Resonabit fama per orbem!

En medio del silbido del viento y del estruendo de los cascos percibió voces ora graves ora agudas que repetían:

Resonabit fama per orbem!

Oía a los árboles y matorrales, a las nubes y a la tierra cantando abrumadoras al unísono:

Resonabit fama per orbem!

Levantó el arcabuz para disparar.

Melchior Jäcklein emitió abajo en el campamento su último grito humano.
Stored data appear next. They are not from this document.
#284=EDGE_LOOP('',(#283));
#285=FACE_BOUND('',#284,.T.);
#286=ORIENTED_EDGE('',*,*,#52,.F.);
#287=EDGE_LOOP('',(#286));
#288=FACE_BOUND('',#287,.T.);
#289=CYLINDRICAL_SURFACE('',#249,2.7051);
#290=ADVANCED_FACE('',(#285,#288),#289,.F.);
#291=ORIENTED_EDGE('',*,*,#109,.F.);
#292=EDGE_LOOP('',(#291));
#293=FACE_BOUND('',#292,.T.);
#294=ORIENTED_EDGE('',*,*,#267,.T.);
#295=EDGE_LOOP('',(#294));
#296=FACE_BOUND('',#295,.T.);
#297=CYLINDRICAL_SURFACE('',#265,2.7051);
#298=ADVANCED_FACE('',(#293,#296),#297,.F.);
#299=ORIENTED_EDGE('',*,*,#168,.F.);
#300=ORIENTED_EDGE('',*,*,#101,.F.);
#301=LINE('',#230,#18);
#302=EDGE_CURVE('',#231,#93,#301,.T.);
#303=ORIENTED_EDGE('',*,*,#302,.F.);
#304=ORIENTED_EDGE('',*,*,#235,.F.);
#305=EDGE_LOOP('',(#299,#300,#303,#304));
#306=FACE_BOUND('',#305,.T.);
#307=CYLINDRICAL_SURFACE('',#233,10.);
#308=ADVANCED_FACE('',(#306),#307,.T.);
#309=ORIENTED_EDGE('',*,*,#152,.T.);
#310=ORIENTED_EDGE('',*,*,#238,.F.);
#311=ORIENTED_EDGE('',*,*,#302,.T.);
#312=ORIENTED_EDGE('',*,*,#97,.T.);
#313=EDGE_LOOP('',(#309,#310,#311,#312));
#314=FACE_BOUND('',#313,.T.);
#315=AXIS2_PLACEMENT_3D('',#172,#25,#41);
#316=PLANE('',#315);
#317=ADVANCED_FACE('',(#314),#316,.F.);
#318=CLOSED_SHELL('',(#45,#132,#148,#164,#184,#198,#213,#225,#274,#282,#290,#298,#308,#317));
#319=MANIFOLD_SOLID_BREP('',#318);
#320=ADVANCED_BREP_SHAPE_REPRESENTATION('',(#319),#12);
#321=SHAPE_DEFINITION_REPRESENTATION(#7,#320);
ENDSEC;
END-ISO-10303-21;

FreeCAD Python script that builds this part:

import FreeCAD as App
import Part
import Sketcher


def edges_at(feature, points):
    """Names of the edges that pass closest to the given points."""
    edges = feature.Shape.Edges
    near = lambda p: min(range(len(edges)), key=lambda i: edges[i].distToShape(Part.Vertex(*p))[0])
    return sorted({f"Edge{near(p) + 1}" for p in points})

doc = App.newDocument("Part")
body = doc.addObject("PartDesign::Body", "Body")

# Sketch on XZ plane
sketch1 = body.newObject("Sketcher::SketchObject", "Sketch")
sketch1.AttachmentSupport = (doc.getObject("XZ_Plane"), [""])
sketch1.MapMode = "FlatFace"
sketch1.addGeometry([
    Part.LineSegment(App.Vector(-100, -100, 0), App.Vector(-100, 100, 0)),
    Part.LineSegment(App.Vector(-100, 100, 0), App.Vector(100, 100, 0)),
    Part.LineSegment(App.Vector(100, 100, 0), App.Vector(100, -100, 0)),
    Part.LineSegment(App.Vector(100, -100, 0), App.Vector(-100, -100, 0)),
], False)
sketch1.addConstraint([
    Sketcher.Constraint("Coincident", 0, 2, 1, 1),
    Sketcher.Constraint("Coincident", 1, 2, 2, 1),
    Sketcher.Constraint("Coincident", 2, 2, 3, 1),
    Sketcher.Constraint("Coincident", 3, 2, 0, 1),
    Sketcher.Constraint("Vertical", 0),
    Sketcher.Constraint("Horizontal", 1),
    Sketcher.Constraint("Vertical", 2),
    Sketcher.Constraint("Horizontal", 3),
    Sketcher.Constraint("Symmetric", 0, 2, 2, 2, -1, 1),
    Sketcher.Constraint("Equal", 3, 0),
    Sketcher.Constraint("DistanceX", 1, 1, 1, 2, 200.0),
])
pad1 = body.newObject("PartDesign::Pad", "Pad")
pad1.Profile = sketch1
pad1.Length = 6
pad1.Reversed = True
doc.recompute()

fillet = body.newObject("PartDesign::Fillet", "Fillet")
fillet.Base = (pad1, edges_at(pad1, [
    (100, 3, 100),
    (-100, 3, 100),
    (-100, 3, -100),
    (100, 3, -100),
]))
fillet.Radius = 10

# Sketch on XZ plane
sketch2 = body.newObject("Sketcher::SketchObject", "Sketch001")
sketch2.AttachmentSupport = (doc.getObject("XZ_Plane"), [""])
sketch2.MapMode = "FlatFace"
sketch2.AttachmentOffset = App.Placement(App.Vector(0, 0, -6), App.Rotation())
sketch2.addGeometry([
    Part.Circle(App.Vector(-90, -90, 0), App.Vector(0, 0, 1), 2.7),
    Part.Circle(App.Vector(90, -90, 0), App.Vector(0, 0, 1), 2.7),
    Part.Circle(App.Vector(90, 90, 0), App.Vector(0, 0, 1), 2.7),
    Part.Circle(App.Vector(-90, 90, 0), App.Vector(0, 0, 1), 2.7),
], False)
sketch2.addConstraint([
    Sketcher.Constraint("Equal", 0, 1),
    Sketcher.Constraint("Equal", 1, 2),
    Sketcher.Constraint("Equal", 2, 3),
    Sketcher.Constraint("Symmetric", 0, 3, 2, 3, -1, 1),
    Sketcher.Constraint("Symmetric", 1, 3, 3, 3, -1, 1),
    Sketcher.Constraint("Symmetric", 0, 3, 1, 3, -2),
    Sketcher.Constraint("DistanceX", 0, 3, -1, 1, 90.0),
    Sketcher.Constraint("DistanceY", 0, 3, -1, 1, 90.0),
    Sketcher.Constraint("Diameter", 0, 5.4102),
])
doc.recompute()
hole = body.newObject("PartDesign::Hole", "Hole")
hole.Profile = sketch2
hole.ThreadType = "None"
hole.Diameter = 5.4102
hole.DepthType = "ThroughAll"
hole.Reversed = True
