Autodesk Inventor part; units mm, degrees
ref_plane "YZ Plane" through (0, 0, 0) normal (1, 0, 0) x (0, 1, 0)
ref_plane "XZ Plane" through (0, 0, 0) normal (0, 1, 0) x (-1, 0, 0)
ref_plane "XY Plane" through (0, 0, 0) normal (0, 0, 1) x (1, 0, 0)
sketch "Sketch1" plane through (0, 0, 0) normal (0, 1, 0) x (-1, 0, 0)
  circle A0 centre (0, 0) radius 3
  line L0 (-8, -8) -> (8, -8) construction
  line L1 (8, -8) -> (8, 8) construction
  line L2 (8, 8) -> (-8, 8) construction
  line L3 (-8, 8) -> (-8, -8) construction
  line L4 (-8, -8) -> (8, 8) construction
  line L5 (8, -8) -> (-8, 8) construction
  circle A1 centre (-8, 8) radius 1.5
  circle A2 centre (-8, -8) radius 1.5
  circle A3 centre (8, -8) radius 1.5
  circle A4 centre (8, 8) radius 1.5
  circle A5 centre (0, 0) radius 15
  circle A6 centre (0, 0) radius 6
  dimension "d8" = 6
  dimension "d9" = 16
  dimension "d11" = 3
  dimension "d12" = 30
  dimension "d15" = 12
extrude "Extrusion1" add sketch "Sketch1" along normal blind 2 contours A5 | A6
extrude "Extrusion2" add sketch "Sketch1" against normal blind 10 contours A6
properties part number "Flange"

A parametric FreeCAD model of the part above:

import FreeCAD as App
import Part
import Sketcher

V = App.Vector
Q = App.Units.Quantity

doc = App.newDocument("Part")
body = doc.addObject("PartDesign::Body", "Body")

sketch1 = body.newObject("Sketcher::SketchObject", "Sketch")
sketch1.AttachmentSupport = (doc.getObject("XZ_Plane"), [""])
sketch1.MapMode = "FlatFace"
sketch1.addGeometry([
    Part.Circle(V(0, 0, 0), V(0, 0, 1), 15),
    Part.Circle(V(8, -8, 0), V(0, 0, 1), 1.5),
    Part.Circle(V(-8, -8, 0), V(0, 0, 1), 1.5),
    Part.Circle(V(8, 8, 0), V(0, 0, 1), 1.5),
    Part.Circle(V(-8, 8, 0), V(0, 0, 1), 1.5),
    Part.Circle(V(0, 0, 0), V(0, 0, 1), 3),
], False)
sketch1.addConstraint([
    Sketcher.Constraint("Coincident", 0, 3, -1, 1),
    Sketcher.Constraint("Coincident", 5, 3, -1, 1),
    Sketcher.Constraint("Equal", 1, 2),
    Sketcher.Constraint("Equal", 2, 3),
    Sketcher.Constraint("Equal", 3, 4),
    Sketcher.Constraint("Symmetric", 2, 3, 3, 3, -1, 1),
    Sketcher.Constraint("Symmetric", 1, 3, 4, 3, -1, 1),
    Sketcher.Constraint("Symmetric", 1, 3, 2, 3, -2),
    Sketcher.Constraint("Diameter", 0, Q("30 mm")),
    Sketcher.Constraint("Diameter", 1, Q("3 mm")),
    Sketcher.Constraint("Diameter", 5, Q("6 mm")),
    Sketcher.Constraint("DistanceX", 2, 3, 1, 3, Q("16 mm")),
    Sketcher.Constraint("DistanceY", 1, 3, 3, 3, Q("16 mm")),
])
pad1 = body.newObject("PartDesign::Pad", "Pad")
pad1.Profile = sketch1
pad1.Length = 2
pad1.Reversed = True

sketch2 = body.newObject("Sketcher::SketchObject", "Sketch001")
sketch2.AttachmentSupport = (doc.getObject("XZ_Plane"), [""])
sketch2.MapMode = "FlatFace"
sketch2.addGeometry([
    Part.Circle(V(0, 0, 0), V(0, 0, 1), 6),
    Part.Circle(V(0, 0, 0), V(0, 0, 1), 3),
], False)
sketch2.addConstraint([
    Sketcher.Constraint("Coincident", 0, 3, -1, 1),
    Sketcher.Constraint("Coincident", 1, 3, -1, 1),
    Sketcher.Constraint("Diameter", 0, Q("12 mm")),
    Sketcher.Constraint("Diameter", 1, Q("6 mm")),
])
pad2 = body.newObject("PartDesign::Pad", "Pad001")
pad2.Profile = sketch2
pad2.Length = 10

doc.recompute()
Muchos años han pasado desde entonces, pero aún me parece que lo estoy viendo, aterrorizado y furioso al tiempo, queriendo defenderse de nosotros con una mano y manteniendo la otra delante de los labios desesperado, y sin embargo…

¡Dios mío, allí está! ¡Por el amor de Dios, ése es Melchior Jäcklein! Sí, es él. Melchior Jäcklein, ¿qué haces aquí en Alemania? Te imaginaba muerto y enterrado desde hace más de veinte años. Bueno, no grites, no riñas, no des manotazos, ya ha pasado todo, ¡deja que termine la historia de Grumbach y las tres balas!

¡Dios bendito! ¿Quieres disparar sobre mí? ¡El arcabuz! ¡Quitadle el arcabuz! ¡Favor!